JUDY FORD: Jill, I have a question, too. You said that the downregulation of energy production genes reflects a consequence of persistently lower neuronal firing in synaptic signaling, rather than frank mitochondrial oxidative phosphorylation. Do you therefore think that my idea of a ketogenic diet is not going to hit the target that I am hoping it will hit?
JILL GLAUSIER: I think this raises an important point, because there's still a lot of kind of mysteries about the ketogenic diet and its effects and what types of cells can be affected in specific ways in the brain. But I think to me the important part to answer that question is that there are many etiological pathways to a diagnosis of something that is in schizophrenia spectrum. What I presented today and most people have presented today are means and the average differences between groups of people. The subjects that I included are individuals that I would say have sort of idiopathic schizophrenia. I have no idea what caused it.

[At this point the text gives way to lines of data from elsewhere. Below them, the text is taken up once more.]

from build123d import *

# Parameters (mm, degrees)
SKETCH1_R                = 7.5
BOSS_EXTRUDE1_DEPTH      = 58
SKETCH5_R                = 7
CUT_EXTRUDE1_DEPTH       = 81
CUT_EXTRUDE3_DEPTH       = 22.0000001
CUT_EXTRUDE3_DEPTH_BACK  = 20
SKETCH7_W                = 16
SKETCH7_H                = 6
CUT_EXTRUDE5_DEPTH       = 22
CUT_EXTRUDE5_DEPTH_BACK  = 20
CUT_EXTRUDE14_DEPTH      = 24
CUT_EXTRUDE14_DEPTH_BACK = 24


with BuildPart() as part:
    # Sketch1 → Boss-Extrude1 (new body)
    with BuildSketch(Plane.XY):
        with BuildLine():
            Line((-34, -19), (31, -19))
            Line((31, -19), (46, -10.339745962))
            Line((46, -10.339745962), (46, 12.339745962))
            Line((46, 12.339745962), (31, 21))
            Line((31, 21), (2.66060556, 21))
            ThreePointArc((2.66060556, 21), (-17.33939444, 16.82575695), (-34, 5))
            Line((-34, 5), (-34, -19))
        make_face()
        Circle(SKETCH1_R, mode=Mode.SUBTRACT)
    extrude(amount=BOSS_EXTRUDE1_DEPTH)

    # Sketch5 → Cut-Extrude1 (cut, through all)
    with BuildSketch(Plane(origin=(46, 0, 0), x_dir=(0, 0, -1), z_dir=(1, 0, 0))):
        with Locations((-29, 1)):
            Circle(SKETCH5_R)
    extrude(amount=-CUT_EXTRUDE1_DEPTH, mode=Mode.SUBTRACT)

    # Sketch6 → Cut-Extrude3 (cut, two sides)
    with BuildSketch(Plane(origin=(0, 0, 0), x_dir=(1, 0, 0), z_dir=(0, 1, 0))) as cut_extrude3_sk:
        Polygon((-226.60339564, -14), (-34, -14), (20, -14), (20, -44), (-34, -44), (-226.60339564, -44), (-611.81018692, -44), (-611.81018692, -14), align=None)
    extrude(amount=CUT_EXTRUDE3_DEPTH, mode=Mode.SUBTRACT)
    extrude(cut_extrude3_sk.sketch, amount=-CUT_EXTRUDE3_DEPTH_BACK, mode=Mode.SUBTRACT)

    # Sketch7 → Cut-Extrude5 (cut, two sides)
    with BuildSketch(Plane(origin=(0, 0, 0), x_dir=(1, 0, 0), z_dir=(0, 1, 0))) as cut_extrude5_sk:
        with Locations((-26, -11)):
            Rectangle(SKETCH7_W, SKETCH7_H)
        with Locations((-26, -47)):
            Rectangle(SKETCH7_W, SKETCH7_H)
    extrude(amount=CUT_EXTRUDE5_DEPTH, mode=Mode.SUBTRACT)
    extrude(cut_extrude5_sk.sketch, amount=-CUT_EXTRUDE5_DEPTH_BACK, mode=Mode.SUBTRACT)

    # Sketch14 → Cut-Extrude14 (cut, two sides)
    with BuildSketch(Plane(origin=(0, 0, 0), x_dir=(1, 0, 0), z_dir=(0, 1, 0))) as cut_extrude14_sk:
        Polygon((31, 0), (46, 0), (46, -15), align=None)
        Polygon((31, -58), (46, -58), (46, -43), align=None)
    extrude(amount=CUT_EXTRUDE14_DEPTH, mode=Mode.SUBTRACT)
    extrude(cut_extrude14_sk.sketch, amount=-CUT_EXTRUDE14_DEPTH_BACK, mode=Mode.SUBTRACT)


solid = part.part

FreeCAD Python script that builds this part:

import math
import FreeCAD as App
import Part
import Sketcher
from FreeCAD import Vector
Q = App.Units.Quantity


def add_polygon(sketch, points):
    """Adds a closed chain of lines whose ends are joined by coincident constraints."""
    first, n = sketch.GeometryCount, len(points)
    for a, b in zip(points, points[1:] + points[:1]):
        sketch.addGeometry(Part.LineSegment(App.Vector(*a, 0), App.Vector(*b, 0)), False)
    for i in range(n):
        sketch.addConstraint(Sketcher.Constraint("Coincident", first + i, 2, first + (i + 1) % n, 1))

doc = App.newDocument("Part")
body = doc.addObject("PartDesign::Body", "Body")

sketch1 = doc.addObject("Sketcher::SketchObject", "Sketch")
body.addObject(sketch1)
sketch1.AttachmentSupport = (doc.XY_Plane, [""])
sketch1.MapMode = "FlatFace"
sketch1.addGeometry([
    Part.LineSegment(Vector(-34, -19, 0), Vector(31, -19, 0)),
    Part.LineSegment(Vector(31, -19, 0), Vector(46, -10, 0)),
    Part.LineSegment(Vector(46, -10, 0), Vector(46, 12, 0)),
    Part.LineSegment(Vector(46, 12, 0), Vector(31, 21, 0)),
    Part.LineSegment(Vector(31, 21, 0), Vector(3, 21, 0)),
    Part.ArcOfCircle(Part.Circle(Vector(3, -29, 0), Vector(0, 0, 1), 50), math.radians(90), math.radians(137)),
    Part.LineSegment(Vector(-34, 5, 0), Vector(-34, -19, 0)),
    Part.Circle(Vector(0, 0, 0), Vector(0, 0, 1), 8),
], False)
sketch1.addConstraint([
    Sketcher.Constraint("Coincident", 0, 2, 1, 1),
    Sketcher.Constraint("Coincident", 1, 2, 2, 1),
    Sketcher.Constraint("Coincident", 2, 2, 3, 1),
    Sketcher.Constraint("Coincident", 3, 2, 4, 1),
    Sketcher.Constraint("Tangent", 4, 2, 5, 1),
    Sketcher.Constraint("Coincident", 5, 2, 6, 1),
    Sketcher.Constraint("Coincident", 6, 2, 0, 1),
    Sketcher.Constraint("Horizontal", 0),
    Sketcher.Constraint("Vertical", 2),
    Sketcher.Constraint("Horizontal", 4),
    Sketcher.Constraint("Vertical", 6),
    Sketcher.Constraint("Coincident", 7, 3, -1, 1),
    Sketcher.Constraint("Vertical", 0, 2, 3, 2),
    Sketcher.Constraint("Equal", 1, 3),
    Sketcher.Constraint("Diameter", 7, 15.0),
    Sketcher.Constraint("Radius", 5, 50.0),
    Sketcher.Constraint("DistanceX", 0, 1, 0, 2, 65.0),
    Sketcher.Constraint("DistanceY", 6, 2, 6, 1, 24.0),
    Sketcher.Constraint("Angle", 1, Q("30 deg")),
    Sketcher.Constraint("DistanceY", 5, 3, -1, 1, 29.0),
    Sketcher.Constraint("DistanceX", -1, 1, 0, 2, 31.0),
    Sketcher.Constraint("DistanceY", 0, 2, -1, 1, 19.0),
    Sketcher.Constraint("DistanceX", -1, 1, 1, 2, 46.0),
])
pad1 = doc.addObject("PartDesign::Pad", "Pad")
body.addObject(pad1)
pad1.Profile = sketch1
pad1.Length = 58

sketch2 = doc.addObject("Sketcher::SketchObject", "Sketch001")
body.addObject(sketch2)
sketch2.AttachmentSupport = (doc.YZ_Plane, [""])
sketch2.MapMode = "FlatFace"
sketch2.AttachmentOffset = App.Placement(Vector(0, 0, 46), App.Rotation())
sketch2.addGeometry(Part.Circle(Vector(1, 29, 0), Vector(0, 0, 1), 7), False)
sketch2.addConstraint([
    Sketcher.Constraint("Diameter", 0, 14.0),
    Sketcher.Constraint("DistanceX", -1, 1, 0, 3, 1.0),
    Sketcher.Constraint("DistanceY", -1, 1, 0, 3, 29.0),
])
pocket1 = doc.addObject("PartDesign::Pocket", "Pocket")
body.addObject(pocket1)
pocket1.Profile = sketch2
pocket1.Type = "ThroughAll"

sketch3 = doc.addObject("Sketcher::SketchObject", "Sketch002")
body.addObject(sketch3)
sketch3.AttachmentSupport = (doc.XZ_Plane, [""])
sketch3.MapMode = "FlatFace"
add_polygon(sketch3, [(20, 14), (-612, 14), (-612, 44), (20, 44)])
sketch3.addConstraint([
    Sketcher.Constraint("Horizontal", 0),
    Sketcher.Constraint("Vertical", 1),
    Sketcher.Constraint("Horizontal", 2),
    Sketcher.Constraint("Vertical", 3),
    Sketcher.Constraint("DistanceY", 1, 1, 1, 2, 30.0),
    Sketcher.Constraint("DistanceY", -1, 1, 0, 2, 14.0),
    Sketcher.Constraint("DistanceX", -1, 1, 2, 2, 20.0),
    Sketcher.Constraint("DistanceX", 0, 2, 0, 1, 631.810187),
])
pocket2 = doc.addObject("PartDesign::Pocket", "Pocket001")
body.addObject(pocket2)
pocket2.Profile = sketch3
pocket2.Type = "ThroughAll"
pocket2.Midplane = True

sketch4 = doc.addObject("Sketcher::SketchObject", "Sketch003")
body.addObject(sketch4)
sketch4.AttachmentSupport = (doc.XZ_Plane, [""])
sketch4.MapMode = "FlatFace"
add_polygon(sketch4, [(-34, 8), (-34, 14), (-18, 14), (-18, 8)])
add_polygon(sketch4, [(-34, 44), (-34, 50), (-18, 50), (-18, 44)])
sketch4.addConstraint([
    Sketcher.Constraint("Vertical", 0),
    Sketcher.Constraint("Horizontal", 1),
    Sketcher.Constraint("Vertical", 2),
    Sketcher.Constraint("Horizontal", 3),
    Sketcher.Constraint("Vertical", 4),
    Sketcher.Constraint("Horizontal", 5),
    Sketcher.Constraint("Vertical", 6),
    Sketcher.Constraint("Horizontal", 7),
    Sketcher.Constraint("Vertical", 3, 2, 4, 2),
    Sketcher.Constraint("Vertical", 2, 2, 5, 2),
    Sketcher.Constraint("Equal", 2, 4),
    Sketcher.Constraint("DistanceX", 1, 1, 1, 2, 16.0),
    Sketcher.Constraint("DistanceY", 0, 1, 0, 2, 6.0),
    Sketcher.Constraint("DistanceX", 0, 2, -1, 1, 34.0),
    Sketcher.Constraint("DistanceY", -1, 1, 0, 2, 14.0),
    Sketcher.Constraint("DistanceY", -1, 1, 4, 2, 50.0),
])
pocket3 = doc.addObject("PartDesign::Pocket", "Pocket002")
body.addObject(pocket3)
pocket3.Profile = sketch4
pocket3.Type = "ThroughAll"
pocket3.Midplane = True

sketch5 = doc.addObject("Sketcher::SketchObject", "Sketch004")
body.addObject(sketch5)
sketch5.AttachmentSupport = (doc.XZ_Plane, [""])
sketch5.MapMode = "FlatFace"
add_polygon(sketch5, [(46, 0), (31, 0), (46, 15)])
add_polygon(sketch5, [(31, 58), (46, 58), (46, 43)])
sketch5.addConstraint([
    Sketcher.Constraint("Horizontal", 0),
    Sketcher.Constraint("Vertical", 2),
    Sketcher.Constraint("Horizontal", 3),
    Sketcher.Constraint("Vertical", 4),
    Sketcher.Constraint("PointOnObject", 0, 2, -1),
    Sketcher.Constraint("Perpendicular", 1, 5),
    Sketcher.Constraint("Vertical", 2, 2, 3, 2),
    Sketcher.Constraint("Vertical", 0, 2, 5, 2),
    Sketcher.Constraint("Equal", 3, 2),
    Sketcher.Constraint("DistanceX", 0, 2, 0, 1, 15.0),
    Sketcher.Constraint("DistanceX", -1, 1, 0, 2, 31.0),
    Sketcher.Constraint("DistanceY", -1, 1, 3, 2, 58.0),
])
pocket4 = doc.addObject("PartDesign::Pocket", "Pocket003")
body.addObject(pocket4)
pocket4.Profile = sketch5
pocket4.Type = "ThroughAll"
pocket4.Midplane = True

doc.recompute()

And I can't say that that necessarily means that the overall pattern of changes that I see in this large group of people completely reflects any given individual that I pull out. Schizophrenia has an incredibly heterogeneous clinical presentation, and there's many different ways to get to the same effect on a neuron. So there could be a subgroup of individuals and maybe it's the larger of the group that it is the synaptic mechanism.
But there might be a subgroup of individuals that have a mitochondrial etiology and it's the minority of the group, and maybe there's something specific or special about those subjects that we just haven't identified yet.
And then of course, that's totally different than individuals who have been diagnosed with a schizophrenia spectrum disorder for which we do have an idea of what the etiology might be. So 22q, NMDA encephalopathy, those types of things. So I think it's really important to keep in mind the heterogeneity of the disorder that seems to be present at literally every level of analysis and perspective of schizophrenia.
JUDY FORD: Thank you. With that, I am afraid we have run out of time. I want to thank everybody for a very exciting discussion and very exciting data and presenting it, sticking with us through all of this, and as we search for treatments and cures, and I'm very encouraged by what I'm hearing today.
So thank you very much. Please tune in tomorrow, same time, same place. See you then.